Ein Zitat, aus dem Aufruf von Jäger G.: „Wir dürfen (noch) keinen Wolf erschießen – aber wir dürfen ihn erschrecken und verjagen! Macht 
ihm klar, dass eine Drückjagd nicht seine Komfortzone ist! Stellt für ein paar Sekunden Euren eigenen möglichen Jagderfolg hinter das Wohl unserer Hunde und klatscht, schreit und pfeift, wenn ein Wolf in Anblick kommt, noch besser: schießt ihm vor die Füße, ich habe das auch gemacht und werde es ab jetzt jedes Mal wieder tun.“

Der Wolf steht im Anhang IV der FFH Richtlinien und ist eine besonders geschützte Tierart gem. §7 II Nr. 13a BNatSchG und eine streng geschützte Tierart nach §7II Nr. 14a, b BNatSchG. Gegen ihn gerichtete Maßnahmen sind nach § 44 I Nr. 1 bzw. § 44 I Nr. 2 BNatSchG verboten. Nach § 44 I Nr. 1 BNatSchG ist es verboten, „wild lebenden Tieren der besonderen Art nachzustellen, sie zu fangen, zu verletzen oder zu töten oder ihre Entwicklungsformen aus der Natur zu entnehmen, zu beschädigen oder zu zerstören. Die Vorschrift bezieht sich auf das einzelne Individuum der Tierart und dessen Gefährdung ohne Wenn und Aber.

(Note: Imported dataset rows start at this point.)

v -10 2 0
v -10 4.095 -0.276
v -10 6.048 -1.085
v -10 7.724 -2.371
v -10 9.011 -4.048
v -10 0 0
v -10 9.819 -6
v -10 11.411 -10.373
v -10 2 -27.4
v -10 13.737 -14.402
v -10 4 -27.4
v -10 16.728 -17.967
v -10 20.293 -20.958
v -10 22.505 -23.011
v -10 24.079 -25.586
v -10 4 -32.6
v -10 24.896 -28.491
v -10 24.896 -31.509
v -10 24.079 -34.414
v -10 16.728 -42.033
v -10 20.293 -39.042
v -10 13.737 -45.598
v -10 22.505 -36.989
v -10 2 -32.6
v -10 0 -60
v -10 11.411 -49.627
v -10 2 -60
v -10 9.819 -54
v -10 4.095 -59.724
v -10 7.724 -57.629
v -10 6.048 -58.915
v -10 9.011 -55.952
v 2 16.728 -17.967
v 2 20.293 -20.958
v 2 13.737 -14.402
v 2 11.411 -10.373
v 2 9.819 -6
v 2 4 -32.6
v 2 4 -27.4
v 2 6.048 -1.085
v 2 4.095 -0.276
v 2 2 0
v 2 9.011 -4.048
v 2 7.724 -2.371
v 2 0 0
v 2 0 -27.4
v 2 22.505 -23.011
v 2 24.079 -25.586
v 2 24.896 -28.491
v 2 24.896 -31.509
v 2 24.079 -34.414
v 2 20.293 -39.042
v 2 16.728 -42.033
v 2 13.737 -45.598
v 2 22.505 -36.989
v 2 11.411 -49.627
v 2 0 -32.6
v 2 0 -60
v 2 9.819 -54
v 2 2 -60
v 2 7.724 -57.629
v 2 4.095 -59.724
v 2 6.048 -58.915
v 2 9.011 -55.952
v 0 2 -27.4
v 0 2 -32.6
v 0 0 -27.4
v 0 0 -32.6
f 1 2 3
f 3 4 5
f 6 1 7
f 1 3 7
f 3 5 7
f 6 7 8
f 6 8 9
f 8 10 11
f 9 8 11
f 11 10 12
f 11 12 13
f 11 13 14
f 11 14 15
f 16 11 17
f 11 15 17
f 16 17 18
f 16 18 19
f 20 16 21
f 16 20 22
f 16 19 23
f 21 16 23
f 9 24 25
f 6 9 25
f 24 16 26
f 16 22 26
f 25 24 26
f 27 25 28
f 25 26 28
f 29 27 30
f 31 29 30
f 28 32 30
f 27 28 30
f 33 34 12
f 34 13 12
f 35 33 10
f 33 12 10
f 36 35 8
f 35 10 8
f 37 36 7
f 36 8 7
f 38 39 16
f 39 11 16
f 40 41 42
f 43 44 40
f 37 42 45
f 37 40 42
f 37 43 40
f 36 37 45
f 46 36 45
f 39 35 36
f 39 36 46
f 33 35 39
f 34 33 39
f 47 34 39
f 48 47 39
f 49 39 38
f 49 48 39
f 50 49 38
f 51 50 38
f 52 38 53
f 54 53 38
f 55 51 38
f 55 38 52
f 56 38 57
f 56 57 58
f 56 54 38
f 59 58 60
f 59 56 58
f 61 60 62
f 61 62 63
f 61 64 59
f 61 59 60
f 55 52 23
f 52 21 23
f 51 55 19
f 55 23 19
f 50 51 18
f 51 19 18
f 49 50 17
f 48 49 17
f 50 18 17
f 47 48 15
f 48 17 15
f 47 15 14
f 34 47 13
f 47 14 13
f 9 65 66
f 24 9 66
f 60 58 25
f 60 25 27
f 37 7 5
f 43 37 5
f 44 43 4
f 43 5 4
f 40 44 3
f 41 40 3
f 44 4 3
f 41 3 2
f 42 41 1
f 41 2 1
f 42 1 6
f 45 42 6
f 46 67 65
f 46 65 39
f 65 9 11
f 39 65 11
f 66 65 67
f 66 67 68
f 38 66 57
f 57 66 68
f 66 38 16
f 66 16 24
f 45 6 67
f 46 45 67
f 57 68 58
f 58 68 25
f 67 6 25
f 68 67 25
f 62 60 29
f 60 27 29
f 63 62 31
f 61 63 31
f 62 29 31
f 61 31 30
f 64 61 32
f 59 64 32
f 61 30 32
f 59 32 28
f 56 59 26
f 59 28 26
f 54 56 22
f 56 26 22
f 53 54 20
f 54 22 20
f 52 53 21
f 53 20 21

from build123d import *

# Parameters (mm, degrees)
SKETCH1_W           = 5.2
SKETCH1_H           = 2
BOSS_EXTRUDE1_DEPTH = 10
BOSS_EXTRUDE2_DEPTH = 2


with BuildPart() as part:
    # Sketch1 → Boss-Extrude1 (new body)
    with BuildSketch(Plane(origin=(0, 0, 0), x_dir=(0, 0, -1), z_dir=(1, 0, 0))):
        with BuildLine():
            Line((0, 0), (60, 0))
            Line((60, 0), (60, 2))
            ThreePointArc((60, 2), (58.327156209, 6.928038895), (54, 9.819352237))
            ThreePointArc((54, 9.819352237), (45.597676291, 13.737420129), (39.042132847, 20.292963573))
            ThreePointArc((39.042132847, 20.292963573), (30, 25), (20.957867153, 20.292963573))
            ThreePointArc((20.957867153, 20.292963573), (14.402323709, 13.737420129), (6, 9.819352237))
            ThreePointArc((6, 9.819352237), (1.672843791, 6.928038895), (0, 2))
            Line((0, 2), (0, 0))
        make_face()
        with Locations((30, 3)):
            Rectangle(SKETCH1_W, SKETCH1_H, mode=Mode.SUBTRACT)
    extrude(amount=-BOSS_EXTRUDE1_DEPTH)

    # Sketch2 → Boss-Extrude2 (add)
    with BuildSketch(Plane(origin=(0, 0, 0), x_dir=(0, 0, -1), z_dir=(1, 0, 0))):
        with BuildLine():
            Line((0, 0), (27.4, 0))
            Line((27.4, 0), (27.4, 4))
            Line((27.4, 4), (32.6, 4))
            Line((32.6, 4), (32.6, 0))
            Line((32.6, 0), (60, 0))
            Line((60, 0), (60, 2))
            ThreePointArc((60, 2), (58.327156209, 6.928038895), (54, 9.819352237))
            ThreePointArc((54, 9.819352237), (45.597676291, 13.737420129), (39.042132847, 20.292963573))
            ThreePointArc((39.042132847, 20.292963573), (30, 25), (20.957867153, 20.292963573))
            ThreePointArc((20.957867153, 20.292963573), (14.402323709, 13.737420129), (6, 9.819352237))
            ThreePointArc((6, 9.819352237), (1.672843791, 6.928038895), (0, 2))
            Line((0, 2), (0, 0))
        make_face()
    extrude(amount=BOSS_EXTRUDE2_DEPTH)


solid = part.part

Diesen Aufruf teilte Max G. in sozialen Netzwerken.

Nach § 44 I Nr. 2 BNatSchG ist es verboten, „wild lebende Tiere der streng geschützten Arten während der Fortpflanzungs-, Aufzucht (…..)  erheblich zu stören.

Durch das Schießen vor die Füße der Wölfe wurden diese erschreckt, in der Absicht diese zu verjagen. Dies stellt einen Verstoß  gegen § 44 I Nr. 2 BNatSchG dar. Außerdem bestand die Möglichkeit, die Wölfe durch die Schüsse zu verletzen. (§ 44 I Nr. 1 BNatSchG).

Dass die Wölfe sich über das erlegte Reh hermachten war kein unnatürliches Verhalten der Wölfe. Auch stellten sie dabei keine Gefährdung für die Menschen (Jäger) dar.

Weiterhin hat sich Herr Götzfried durch seinen öffentlichen Post, der Anstiftung strafbar gemacht, indem er seine Jägerkollegen auffordert, das gleiche bei Drückjagden zu tun.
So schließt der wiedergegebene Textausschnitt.